<<<<

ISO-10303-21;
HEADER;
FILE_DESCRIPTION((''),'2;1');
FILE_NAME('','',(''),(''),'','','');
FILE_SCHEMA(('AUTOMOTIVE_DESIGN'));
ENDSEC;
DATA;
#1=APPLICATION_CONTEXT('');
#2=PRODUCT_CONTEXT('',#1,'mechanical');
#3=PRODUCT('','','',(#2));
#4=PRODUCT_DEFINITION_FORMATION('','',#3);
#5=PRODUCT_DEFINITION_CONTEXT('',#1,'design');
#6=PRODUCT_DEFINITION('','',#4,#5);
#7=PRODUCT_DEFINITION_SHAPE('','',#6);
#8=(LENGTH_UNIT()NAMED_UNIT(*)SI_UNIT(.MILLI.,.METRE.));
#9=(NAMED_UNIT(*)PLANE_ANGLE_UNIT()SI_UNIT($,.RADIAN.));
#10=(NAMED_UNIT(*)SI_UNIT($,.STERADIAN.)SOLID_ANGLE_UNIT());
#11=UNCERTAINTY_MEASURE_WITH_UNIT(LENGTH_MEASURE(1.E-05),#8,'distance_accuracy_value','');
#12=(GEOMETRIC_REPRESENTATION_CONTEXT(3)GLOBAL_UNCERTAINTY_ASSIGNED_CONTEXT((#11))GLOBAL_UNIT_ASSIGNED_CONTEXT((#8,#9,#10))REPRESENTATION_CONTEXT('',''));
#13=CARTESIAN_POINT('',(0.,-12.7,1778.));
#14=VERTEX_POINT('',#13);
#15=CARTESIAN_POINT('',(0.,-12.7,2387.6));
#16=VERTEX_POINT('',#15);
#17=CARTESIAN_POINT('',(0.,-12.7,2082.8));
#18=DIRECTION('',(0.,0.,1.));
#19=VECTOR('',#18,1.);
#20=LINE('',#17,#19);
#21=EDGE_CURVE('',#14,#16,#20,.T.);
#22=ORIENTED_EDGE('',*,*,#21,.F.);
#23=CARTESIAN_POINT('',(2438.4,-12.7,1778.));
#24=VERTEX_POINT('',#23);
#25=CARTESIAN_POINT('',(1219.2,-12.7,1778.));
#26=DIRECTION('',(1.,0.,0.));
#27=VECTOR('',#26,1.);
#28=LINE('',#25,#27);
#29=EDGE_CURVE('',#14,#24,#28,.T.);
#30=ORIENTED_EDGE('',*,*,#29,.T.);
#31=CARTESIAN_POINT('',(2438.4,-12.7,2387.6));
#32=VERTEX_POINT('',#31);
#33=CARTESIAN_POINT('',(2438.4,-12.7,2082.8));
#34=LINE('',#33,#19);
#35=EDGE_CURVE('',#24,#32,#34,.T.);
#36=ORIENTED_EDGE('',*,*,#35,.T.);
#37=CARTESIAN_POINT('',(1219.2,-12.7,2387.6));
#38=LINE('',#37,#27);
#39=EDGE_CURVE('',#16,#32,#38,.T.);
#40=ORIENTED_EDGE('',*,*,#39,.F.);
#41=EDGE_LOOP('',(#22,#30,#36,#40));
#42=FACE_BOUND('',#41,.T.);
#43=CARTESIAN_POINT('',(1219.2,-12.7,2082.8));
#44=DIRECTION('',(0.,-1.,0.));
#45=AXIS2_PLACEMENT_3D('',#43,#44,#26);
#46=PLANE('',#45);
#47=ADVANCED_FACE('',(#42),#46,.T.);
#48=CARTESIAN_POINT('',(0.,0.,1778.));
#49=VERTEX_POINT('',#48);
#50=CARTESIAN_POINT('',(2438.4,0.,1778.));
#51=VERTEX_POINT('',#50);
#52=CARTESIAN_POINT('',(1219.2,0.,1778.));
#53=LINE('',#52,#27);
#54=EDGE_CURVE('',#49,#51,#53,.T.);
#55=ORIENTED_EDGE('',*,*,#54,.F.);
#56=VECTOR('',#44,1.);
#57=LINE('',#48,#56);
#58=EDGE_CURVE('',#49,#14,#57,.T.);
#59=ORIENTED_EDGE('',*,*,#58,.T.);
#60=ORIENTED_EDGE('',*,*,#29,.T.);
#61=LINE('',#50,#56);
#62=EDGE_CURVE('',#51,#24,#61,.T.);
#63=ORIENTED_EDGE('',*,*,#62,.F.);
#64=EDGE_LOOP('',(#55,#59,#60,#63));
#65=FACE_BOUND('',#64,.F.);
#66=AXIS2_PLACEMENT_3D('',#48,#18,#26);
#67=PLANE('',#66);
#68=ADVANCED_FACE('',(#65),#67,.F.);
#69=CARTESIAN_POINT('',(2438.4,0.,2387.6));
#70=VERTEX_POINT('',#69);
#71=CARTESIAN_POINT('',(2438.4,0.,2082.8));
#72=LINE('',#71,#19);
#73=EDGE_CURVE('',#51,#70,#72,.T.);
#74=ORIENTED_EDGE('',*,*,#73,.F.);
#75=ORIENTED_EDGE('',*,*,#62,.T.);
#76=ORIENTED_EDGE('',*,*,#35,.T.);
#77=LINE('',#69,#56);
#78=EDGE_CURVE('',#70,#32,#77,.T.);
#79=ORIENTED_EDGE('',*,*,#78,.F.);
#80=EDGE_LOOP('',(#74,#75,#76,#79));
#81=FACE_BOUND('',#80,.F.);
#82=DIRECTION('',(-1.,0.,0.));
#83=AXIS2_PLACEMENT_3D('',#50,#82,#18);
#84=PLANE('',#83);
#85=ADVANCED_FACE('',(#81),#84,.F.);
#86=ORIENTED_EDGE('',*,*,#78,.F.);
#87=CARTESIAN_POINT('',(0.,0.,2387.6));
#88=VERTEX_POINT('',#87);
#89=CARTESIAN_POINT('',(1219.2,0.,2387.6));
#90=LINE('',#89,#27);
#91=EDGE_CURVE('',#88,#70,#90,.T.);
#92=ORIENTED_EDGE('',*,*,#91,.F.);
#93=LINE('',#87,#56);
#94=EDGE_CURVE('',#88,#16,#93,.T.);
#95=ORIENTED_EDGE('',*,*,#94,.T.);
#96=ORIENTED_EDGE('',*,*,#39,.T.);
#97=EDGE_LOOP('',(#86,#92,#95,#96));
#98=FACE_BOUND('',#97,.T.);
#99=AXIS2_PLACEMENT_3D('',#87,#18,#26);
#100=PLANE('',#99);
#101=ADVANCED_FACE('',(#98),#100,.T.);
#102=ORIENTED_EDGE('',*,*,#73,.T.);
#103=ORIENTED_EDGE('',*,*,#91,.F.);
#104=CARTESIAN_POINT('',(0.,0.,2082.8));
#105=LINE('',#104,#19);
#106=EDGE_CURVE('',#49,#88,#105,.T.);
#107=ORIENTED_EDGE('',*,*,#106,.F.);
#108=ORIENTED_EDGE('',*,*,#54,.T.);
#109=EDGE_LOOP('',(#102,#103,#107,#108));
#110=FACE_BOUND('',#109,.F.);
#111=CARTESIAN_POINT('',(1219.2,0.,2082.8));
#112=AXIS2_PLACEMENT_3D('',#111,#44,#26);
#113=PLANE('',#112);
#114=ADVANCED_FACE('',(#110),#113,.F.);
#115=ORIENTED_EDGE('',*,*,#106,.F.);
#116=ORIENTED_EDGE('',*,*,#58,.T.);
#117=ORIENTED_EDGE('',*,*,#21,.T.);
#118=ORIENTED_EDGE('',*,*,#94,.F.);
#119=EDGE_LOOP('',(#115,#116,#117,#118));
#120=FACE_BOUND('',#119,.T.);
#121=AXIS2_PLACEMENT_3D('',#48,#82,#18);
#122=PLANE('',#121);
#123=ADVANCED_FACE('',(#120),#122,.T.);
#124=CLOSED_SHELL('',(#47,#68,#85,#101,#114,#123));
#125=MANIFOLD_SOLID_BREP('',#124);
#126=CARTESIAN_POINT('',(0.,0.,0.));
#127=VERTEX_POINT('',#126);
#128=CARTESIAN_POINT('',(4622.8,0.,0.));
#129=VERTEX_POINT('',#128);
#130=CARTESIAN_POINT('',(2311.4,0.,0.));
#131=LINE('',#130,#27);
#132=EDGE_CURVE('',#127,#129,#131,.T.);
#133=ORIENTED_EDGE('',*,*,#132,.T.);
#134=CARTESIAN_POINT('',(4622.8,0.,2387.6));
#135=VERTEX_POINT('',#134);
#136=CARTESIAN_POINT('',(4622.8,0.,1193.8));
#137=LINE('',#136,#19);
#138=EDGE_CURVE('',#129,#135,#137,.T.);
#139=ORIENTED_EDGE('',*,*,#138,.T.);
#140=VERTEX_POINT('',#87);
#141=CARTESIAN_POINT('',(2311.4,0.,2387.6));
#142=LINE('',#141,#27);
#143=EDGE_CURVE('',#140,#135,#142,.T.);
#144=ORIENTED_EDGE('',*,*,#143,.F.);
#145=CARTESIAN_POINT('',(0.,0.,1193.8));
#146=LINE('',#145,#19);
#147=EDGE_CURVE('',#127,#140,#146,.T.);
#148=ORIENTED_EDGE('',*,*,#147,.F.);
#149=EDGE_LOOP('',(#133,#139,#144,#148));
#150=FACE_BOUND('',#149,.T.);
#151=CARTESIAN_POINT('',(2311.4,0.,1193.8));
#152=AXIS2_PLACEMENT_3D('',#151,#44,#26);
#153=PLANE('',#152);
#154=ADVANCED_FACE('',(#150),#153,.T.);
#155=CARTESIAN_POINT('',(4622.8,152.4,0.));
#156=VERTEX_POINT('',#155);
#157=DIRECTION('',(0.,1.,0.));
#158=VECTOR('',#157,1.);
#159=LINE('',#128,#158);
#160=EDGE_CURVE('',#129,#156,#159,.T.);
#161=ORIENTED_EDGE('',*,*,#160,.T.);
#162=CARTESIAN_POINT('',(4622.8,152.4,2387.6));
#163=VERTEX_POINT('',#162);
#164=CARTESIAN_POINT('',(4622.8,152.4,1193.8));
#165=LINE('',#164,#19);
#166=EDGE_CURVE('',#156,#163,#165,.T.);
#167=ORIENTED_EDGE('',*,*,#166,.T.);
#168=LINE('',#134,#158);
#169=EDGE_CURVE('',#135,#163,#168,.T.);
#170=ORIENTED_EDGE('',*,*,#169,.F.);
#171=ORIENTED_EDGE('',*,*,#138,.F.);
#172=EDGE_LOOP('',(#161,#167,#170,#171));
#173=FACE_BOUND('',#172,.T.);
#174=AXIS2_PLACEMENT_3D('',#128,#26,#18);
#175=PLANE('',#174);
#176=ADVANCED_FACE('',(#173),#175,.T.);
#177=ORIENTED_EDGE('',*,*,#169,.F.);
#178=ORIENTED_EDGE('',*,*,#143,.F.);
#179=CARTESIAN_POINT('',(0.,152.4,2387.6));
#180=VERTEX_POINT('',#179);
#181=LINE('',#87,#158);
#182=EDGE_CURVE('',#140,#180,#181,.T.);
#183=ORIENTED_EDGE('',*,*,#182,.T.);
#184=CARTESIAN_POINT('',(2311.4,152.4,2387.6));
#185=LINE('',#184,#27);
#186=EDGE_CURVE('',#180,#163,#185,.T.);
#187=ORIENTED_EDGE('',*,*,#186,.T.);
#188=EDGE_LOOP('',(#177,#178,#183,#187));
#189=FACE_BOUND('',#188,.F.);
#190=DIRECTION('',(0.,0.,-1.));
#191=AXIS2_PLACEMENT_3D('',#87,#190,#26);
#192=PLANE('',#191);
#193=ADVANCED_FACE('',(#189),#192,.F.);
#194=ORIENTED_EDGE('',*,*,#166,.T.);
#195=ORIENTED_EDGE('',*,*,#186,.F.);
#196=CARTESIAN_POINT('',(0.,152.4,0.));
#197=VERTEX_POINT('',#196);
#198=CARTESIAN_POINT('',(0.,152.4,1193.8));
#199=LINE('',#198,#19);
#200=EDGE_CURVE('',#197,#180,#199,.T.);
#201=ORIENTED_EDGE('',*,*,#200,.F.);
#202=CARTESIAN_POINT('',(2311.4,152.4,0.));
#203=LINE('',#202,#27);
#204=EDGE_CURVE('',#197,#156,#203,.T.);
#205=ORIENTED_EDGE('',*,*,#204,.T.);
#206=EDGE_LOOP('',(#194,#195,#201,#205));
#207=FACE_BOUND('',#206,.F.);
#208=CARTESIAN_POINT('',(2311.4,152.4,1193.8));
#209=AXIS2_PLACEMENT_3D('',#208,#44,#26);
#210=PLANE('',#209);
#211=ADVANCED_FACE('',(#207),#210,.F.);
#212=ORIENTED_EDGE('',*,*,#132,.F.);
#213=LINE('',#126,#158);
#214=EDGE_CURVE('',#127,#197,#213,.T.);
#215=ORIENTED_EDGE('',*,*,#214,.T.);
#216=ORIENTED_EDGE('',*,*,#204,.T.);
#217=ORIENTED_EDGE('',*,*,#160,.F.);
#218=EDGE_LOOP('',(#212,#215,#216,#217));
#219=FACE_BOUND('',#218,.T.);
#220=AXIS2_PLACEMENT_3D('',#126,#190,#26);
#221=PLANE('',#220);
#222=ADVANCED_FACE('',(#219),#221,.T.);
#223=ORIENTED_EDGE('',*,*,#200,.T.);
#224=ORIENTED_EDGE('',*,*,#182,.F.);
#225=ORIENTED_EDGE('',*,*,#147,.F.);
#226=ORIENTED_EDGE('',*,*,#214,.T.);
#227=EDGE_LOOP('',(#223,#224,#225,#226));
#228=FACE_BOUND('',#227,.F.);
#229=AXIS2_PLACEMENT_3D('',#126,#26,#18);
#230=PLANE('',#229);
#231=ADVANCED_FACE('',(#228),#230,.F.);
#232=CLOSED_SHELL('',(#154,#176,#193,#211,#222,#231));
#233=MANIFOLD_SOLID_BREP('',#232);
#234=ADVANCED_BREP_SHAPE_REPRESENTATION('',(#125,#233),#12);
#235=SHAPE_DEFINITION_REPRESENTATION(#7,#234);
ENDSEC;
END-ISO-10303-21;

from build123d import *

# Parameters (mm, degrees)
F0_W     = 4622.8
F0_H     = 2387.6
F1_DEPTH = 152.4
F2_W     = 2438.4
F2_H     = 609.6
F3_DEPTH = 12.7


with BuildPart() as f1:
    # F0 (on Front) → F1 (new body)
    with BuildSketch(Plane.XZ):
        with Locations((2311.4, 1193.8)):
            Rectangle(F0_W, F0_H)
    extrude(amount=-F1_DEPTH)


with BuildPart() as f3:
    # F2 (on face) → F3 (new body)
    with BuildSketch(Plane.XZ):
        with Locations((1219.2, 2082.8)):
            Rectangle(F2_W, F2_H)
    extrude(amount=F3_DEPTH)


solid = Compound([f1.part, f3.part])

>>>>

-- Work to be completed --
Reproduce the entries exactly, starting at their first line and stopping after the line with "#30=ORIENTED_EDGE('',*,*,#29,.T.);".

-- Output --
ISO-10303-21;
HEADER;
FILE_DESCRIPTION((''),'2;1');
FILE_NAME('','',(''),(''),'','','');
FILE_SCHEMA(('AUTOMOTIVE_DESIGN'));
ENDSEC;
DATA;
#1=APPLICATION_CONTEXT('');
#2=PRODUCT_CONTEXT('',#1,'mechanical');
#3=PRODUCT('','','',(#2));
#4=PRODUCT_DEFINITION_FORMATION('','',#3);
#5=PRODUCT_DEFINITION_CONTEXT('',#1,'design');
#6=PRODUCT_DEFINITION('','',#4,#5);
#7=PRODUCT_DEFINITION_SHAPE('','',#6);
#8=(LENGTH_UNIT()NAMED_UNIT(*)SI_UNIT(.MILLI.,.METRE.));
#9=(NAMED_UNIT(*)PLANE_ANGLE_UNIT()SI_UNIT($,.RADIAN.));
#10=(NAMED_UNIT(*)SI_UNIT($,.STERADIAN.)SOLID_ANGLE_UNIT());
#11=UNCERTAINTY_MEASURE_WITH_UNIT(LENGTH_MEASURE(1.E-05),#8,'distance_accuracy_value','');
#12=(GEOMETRIC_REPRESENTATION_CONTEXT(3)GLOBAL_UNCERTAINTY_ASSIGNED_CONTEXT((#11))GLOBAL_UNIT_ASSIGNED_CONTEXT((#8,#9,#10))REPRESENTATION_CONTEXT('',''));
#13=CARTESIAN_POINT('',(0.,-12.7,1778.));
#14=VERTEX_POINT('',#13);
#15=CARTESIAN_POINT('',(0.,-12.7,2387.6));
#16=VERTEX_POINT('',#15);
#17=CARTESIAN_POINT('',(0.,-12.7,2082.8));
#18=DIRECTION('',(0.,0.,1.));
#19=VECTOR('',#18,1.);
#20=LINE('',#17,#19);
#21=EDGE_CURVE('',#14,#16,#20,.T.);
#22=ORIENTED_EDGE('',*,*,#21,.F.);
#23=CARTESIAN_POINT('',(2438.4,-12.7,1778.));
#24=VERTEX_POINT('',#23);
#25=CARTESIAN_POINT('',(1219.2,-12.7,1778.));
#26=DIRECTION('',(1.,0.,0.));
#27=VECTOR('',#26,1.);
#28=LINE('',#25,#27);
#29=EDGE_CURVE('',#14,#24,#28,.T.);
#30=ORIENTED_EDGE('',*,*,#29,.T.);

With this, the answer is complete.